Exercise:
What you return must be an exact copy of the lines in the listing below between the line holding "e22 v22 v16 LINE" and the line holding "face PLANE(AX(P(-7.7,0,4.1),D(-1,0,0),D(0,-1,0))) [e34", inclusive, and nothing more.

Entries shown:

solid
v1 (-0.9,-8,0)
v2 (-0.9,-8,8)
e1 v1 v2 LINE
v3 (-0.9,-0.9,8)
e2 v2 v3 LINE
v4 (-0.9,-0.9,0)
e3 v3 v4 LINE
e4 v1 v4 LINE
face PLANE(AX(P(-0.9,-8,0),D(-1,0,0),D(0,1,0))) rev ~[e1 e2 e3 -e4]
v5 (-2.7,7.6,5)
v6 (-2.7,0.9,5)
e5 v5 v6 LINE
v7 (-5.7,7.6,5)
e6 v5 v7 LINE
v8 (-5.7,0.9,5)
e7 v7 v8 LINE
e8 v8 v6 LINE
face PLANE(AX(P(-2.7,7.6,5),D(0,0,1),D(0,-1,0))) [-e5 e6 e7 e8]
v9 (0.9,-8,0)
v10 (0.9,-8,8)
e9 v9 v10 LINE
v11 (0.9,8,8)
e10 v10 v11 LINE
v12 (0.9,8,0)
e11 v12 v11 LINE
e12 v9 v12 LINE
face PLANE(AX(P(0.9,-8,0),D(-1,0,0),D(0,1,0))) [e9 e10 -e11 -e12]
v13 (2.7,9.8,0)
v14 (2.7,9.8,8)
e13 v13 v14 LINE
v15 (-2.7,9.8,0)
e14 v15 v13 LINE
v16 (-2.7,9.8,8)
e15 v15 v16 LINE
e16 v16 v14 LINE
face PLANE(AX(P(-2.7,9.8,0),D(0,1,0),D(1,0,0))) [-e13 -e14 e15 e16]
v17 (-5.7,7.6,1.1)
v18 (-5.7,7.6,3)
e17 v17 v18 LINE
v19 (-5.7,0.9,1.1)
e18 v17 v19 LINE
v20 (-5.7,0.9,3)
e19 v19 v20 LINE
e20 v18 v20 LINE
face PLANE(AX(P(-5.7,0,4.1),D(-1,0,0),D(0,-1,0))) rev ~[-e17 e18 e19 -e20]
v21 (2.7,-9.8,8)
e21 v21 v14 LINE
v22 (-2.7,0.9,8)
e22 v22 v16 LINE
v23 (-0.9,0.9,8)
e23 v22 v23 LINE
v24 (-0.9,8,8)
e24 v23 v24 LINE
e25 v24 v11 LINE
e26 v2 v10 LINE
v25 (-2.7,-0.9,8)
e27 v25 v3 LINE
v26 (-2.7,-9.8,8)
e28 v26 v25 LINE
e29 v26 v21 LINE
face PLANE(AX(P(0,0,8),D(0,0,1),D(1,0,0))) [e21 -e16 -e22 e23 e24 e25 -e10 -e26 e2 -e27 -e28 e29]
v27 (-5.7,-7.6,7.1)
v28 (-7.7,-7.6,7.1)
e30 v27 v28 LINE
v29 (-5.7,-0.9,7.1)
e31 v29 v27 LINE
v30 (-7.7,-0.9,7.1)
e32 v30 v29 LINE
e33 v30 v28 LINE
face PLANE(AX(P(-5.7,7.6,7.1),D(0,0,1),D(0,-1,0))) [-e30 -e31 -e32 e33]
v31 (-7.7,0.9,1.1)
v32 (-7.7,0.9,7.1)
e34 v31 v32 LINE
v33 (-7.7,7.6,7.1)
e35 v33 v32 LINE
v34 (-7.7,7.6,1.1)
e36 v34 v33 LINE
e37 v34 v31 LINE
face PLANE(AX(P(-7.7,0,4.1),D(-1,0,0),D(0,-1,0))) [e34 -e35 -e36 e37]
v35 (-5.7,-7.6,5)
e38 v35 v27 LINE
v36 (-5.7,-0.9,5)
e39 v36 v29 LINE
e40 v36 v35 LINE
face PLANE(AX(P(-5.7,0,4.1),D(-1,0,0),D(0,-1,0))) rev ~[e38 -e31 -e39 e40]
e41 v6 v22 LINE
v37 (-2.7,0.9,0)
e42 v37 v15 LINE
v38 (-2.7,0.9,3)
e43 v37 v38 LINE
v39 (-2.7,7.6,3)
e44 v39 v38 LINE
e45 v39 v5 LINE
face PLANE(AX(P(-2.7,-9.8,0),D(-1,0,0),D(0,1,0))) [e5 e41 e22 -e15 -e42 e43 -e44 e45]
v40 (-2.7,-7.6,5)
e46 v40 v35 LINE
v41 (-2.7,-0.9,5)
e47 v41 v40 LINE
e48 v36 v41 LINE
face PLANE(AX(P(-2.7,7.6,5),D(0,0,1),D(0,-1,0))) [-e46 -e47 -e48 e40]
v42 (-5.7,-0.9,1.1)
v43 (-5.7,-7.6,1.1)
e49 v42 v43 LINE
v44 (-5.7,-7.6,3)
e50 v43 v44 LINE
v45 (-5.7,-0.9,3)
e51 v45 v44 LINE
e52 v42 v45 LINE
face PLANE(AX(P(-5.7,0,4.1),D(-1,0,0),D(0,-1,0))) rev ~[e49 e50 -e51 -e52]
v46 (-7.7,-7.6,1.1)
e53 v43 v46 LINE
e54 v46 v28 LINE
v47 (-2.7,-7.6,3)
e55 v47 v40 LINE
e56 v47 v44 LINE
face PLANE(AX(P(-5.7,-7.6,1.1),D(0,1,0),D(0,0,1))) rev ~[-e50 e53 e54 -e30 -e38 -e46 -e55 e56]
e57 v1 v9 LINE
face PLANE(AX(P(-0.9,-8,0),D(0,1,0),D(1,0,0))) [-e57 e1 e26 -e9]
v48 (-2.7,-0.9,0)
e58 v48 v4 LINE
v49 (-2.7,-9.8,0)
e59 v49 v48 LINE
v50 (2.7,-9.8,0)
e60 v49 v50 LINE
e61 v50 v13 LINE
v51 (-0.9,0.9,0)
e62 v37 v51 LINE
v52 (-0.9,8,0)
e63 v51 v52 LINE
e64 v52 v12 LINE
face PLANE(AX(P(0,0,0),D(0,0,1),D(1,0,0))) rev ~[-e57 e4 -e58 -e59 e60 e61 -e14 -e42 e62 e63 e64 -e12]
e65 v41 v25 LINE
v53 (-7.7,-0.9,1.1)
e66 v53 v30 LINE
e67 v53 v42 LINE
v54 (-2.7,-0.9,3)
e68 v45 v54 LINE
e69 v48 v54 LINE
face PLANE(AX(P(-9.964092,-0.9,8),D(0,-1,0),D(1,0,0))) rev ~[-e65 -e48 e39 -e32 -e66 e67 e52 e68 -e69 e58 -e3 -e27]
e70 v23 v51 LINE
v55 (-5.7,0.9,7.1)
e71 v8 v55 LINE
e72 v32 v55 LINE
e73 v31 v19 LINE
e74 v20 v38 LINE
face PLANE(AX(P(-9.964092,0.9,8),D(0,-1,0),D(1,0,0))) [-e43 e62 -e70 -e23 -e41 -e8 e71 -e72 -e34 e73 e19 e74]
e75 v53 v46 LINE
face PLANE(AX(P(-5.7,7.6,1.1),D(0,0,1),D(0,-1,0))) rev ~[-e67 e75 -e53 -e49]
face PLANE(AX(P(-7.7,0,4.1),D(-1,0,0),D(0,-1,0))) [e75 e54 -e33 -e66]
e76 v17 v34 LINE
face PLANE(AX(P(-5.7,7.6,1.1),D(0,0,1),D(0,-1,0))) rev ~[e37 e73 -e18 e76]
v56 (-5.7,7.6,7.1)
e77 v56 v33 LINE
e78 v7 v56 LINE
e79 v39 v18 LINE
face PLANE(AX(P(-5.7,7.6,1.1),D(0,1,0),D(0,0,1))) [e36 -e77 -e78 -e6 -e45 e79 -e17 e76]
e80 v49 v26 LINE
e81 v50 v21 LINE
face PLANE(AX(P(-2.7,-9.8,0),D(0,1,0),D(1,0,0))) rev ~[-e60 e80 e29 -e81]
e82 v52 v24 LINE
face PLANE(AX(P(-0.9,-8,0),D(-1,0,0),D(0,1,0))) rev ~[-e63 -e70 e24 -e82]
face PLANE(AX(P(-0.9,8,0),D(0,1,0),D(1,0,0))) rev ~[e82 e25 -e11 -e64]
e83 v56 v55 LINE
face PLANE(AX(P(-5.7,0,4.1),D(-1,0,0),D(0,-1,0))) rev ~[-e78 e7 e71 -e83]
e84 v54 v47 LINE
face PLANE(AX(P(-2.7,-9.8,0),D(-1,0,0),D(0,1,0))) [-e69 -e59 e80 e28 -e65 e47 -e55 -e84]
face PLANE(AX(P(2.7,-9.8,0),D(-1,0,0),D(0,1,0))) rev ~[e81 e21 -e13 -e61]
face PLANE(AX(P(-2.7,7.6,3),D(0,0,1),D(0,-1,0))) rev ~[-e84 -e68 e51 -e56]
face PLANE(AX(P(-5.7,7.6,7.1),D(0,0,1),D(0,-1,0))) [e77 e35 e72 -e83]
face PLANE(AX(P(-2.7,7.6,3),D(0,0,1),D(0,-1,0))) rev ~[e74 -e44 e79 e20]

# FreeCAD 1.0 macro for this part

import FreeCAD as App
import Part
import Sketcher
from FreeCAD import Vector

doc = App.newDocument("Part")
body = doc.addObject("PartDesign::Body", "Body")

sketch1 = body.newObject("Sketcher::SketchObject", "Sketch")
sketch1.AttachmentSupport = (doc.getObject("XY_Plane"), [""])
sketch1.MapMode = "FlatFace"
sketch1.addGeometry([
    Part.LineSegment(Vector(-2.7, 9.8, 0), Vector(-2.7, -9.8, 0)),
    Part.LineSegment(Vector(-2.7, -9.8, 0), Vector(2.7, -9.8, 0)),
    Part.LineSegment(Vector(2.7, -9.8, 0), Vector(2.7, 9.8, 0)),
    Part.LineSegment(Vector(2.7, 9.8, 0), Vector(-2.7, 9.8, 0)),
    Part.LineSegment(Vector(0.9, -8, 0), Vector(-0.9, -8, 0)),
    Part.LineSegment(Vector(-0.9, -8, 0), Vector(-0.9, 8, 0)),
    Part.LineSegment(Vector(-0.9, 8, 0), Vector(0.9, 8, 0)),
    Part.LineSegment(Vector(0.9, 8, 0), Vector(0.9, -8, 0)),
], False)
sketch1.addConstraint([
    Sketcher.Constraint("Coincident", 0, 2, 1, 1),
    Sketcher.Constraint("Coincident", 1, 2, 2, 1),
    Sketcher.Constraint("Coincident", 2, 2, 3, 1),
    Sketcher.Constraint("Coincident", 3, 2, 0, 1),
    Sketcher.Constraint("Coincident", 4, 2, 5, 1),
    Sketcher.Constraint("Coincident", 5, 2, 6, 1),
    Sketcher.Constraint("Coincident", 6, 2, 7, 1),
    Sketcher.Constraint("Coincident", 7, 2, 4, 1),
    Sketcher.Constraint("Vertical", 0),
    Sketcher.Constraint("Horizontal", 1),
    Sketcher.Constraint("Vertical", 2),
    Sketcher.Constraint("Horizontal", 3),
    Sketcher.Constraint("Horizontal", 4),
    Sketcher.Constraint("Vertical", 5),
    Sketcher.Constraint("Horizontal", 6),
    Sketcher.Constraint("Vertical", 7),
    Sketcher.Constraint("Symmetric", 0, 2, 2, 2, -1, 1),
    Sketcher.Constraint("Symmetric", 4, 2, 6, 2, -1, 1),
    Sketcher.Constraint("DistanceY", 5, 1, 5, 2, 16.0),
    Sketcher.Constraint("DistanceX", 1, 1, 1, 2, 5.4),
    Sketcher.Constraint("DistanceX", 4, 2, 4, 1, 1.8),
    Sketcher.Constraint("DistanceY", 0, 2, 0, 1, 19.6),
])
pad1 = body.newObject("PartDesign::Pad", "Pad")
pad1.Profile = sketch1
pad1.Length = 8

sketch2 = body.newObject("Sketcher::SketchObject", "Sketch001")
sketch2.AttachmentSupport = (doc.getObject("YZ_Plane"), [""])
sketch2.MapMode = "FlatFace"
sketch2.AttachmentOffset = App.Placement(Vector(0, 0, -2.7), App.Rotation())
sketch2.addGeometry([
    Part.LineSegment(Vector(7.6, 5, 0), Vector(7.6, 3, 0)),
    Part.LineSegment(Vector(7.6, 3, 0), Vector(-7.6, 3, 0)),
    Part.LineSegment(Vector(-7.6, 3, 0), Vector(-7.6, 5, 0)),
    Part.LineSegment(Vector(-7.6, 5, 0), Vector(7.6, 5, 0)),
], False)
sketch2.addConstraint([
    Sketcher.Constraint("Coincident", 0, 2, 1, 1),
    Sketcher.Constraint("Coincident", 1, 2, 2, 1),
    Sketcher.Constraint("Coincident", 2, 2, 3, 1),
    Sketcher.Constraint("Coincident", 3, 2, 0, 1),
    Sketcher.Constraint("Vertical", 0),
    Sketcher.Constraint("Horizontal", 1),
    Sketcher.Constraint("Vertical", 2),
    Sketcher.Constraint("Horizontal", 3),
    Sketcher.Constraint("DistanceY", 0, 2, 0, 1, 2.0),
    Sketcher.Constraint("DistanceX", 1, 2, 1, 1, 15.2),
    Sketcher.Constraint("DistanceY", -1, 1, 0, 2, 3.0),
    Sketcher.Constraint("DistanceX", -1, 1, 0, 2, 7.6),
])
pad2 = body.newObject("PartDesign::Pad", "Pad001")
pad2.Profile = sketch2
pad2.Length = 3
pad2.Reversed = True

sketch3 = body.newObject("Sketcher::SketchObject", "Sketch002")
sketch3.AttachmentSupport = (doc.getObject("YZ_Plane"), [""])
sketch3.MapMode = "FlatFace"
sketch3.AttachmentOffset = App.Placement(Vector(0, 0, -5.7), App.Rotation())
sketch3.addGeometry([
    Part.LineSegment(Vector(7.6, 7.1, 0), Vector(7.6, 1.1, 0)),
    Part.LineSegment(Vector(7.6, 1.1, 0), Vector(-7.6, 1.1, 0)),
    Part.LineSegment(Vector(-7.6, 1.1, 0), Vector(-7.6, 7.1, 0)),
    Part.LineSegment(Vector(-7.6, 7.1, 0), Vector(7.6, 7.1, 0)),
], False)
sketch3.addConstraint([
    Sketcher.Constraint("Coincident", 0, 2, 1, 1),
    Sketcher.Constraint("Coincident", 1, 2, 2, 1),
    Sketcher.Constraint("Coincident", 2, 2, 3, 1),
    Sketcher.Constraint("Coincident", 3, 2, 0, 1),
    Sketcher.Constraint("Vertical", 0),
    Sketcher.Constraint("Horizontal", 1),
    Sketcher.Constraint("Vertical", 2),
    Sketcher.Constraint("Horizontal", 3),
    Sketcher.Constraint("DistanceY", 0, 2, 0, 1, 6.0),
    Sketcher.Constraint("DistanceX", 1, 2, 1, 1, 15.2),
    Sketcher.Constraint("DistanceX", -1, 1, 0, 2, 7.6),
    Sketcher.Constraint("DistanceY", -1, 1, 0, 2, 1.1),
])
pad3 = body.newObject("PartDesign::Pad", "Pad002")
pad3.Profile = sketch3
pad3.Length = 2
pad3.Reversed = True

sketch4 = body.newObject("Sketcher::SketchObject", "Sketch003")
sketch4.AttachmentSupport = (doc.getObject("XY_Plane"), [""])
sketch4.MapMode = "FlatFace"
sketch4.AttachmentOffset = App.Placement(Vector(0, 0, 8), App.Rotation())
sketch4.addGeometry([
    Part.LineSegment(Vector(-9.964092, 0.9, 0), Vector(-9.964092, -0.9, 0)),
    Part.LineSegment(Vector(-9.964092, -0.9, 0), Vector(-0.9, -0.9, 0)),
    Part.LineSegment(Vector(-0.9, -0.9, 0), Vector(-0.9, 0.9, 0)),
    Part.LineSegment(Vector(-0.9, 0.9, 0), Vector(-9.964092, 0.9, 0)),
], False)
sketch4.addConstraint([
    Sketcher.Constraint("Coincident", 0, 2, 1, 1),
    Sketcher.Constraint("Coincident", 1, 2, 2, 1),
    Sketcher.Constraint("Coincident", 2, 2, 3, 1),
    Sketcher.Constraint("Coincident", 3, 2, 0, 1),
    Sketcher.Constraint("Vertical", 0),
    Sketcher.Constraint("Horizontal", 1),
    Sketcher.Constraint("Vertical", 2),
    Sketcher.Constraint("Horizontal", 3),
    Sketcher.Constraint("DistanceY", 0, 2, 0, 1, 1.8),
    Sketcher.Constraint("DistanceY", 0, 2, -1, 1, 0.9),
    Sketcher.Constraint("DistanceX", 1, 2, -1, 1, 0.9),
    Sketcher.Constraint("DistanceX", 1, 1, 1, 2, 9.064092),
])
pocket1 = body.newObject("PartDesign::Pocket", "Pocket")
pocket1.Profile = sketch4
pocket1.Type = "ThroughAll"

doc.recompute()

Response to the task:
e22 v22 v16 LINE
v23 (-0.9,0.9,8)
e23 v22 v23 LINE
v24 (-0.9,8,8)
e24 v23 v24 LINE
e25 v24 v11 LINE
e26 v2 v10 LINE
v25 (-2.7,-0.9,8)
e27 v25 v3 LINE
v26 (-2.7,-9.8,8)
e28 v26 v25 LINE
e29 v26 v21 LINE
face PLANE(AX(P(0,0,8),D(0,0,1),D(1,0,0))) [e21 -e16 -e22 e23 e24 e25 -e10 -e26 e2 -e27 -e28 e29]
v27 (-5.7,-7.6,7.1)
v28 (-7.7,-7.6,7.1)
e30 v27 v28 LINE
v29 (-5.7,-0.9,7.1)
e31 v29 v27 LINE
v30 (-7.7,-0.9,7.1)
e32 v30 v29 LINE
e33 v30 v28 LINE
face PLANE(AX(P(-5.7,7.6,7.1),D(0,0,1),D(0,-1,0))) [-e30 -e31 -e32 e33]
v31 (-7.7,0.9,1.1)
v32 (-7.7,0.9,7.1)
e34 v31 v32 LINE
v33 (-7.7,7.6,7.1)
e35 v33 v32 LINE
v34 (-7.7,7.6,1.1)
e36 v34 v33 LINE
e37 v34 v31 LINE
face PLANE(AX(P(-7.7,0,4.1),D(-1,0,0),D(0,-1,0))) [e34 -e35 -e36 e37]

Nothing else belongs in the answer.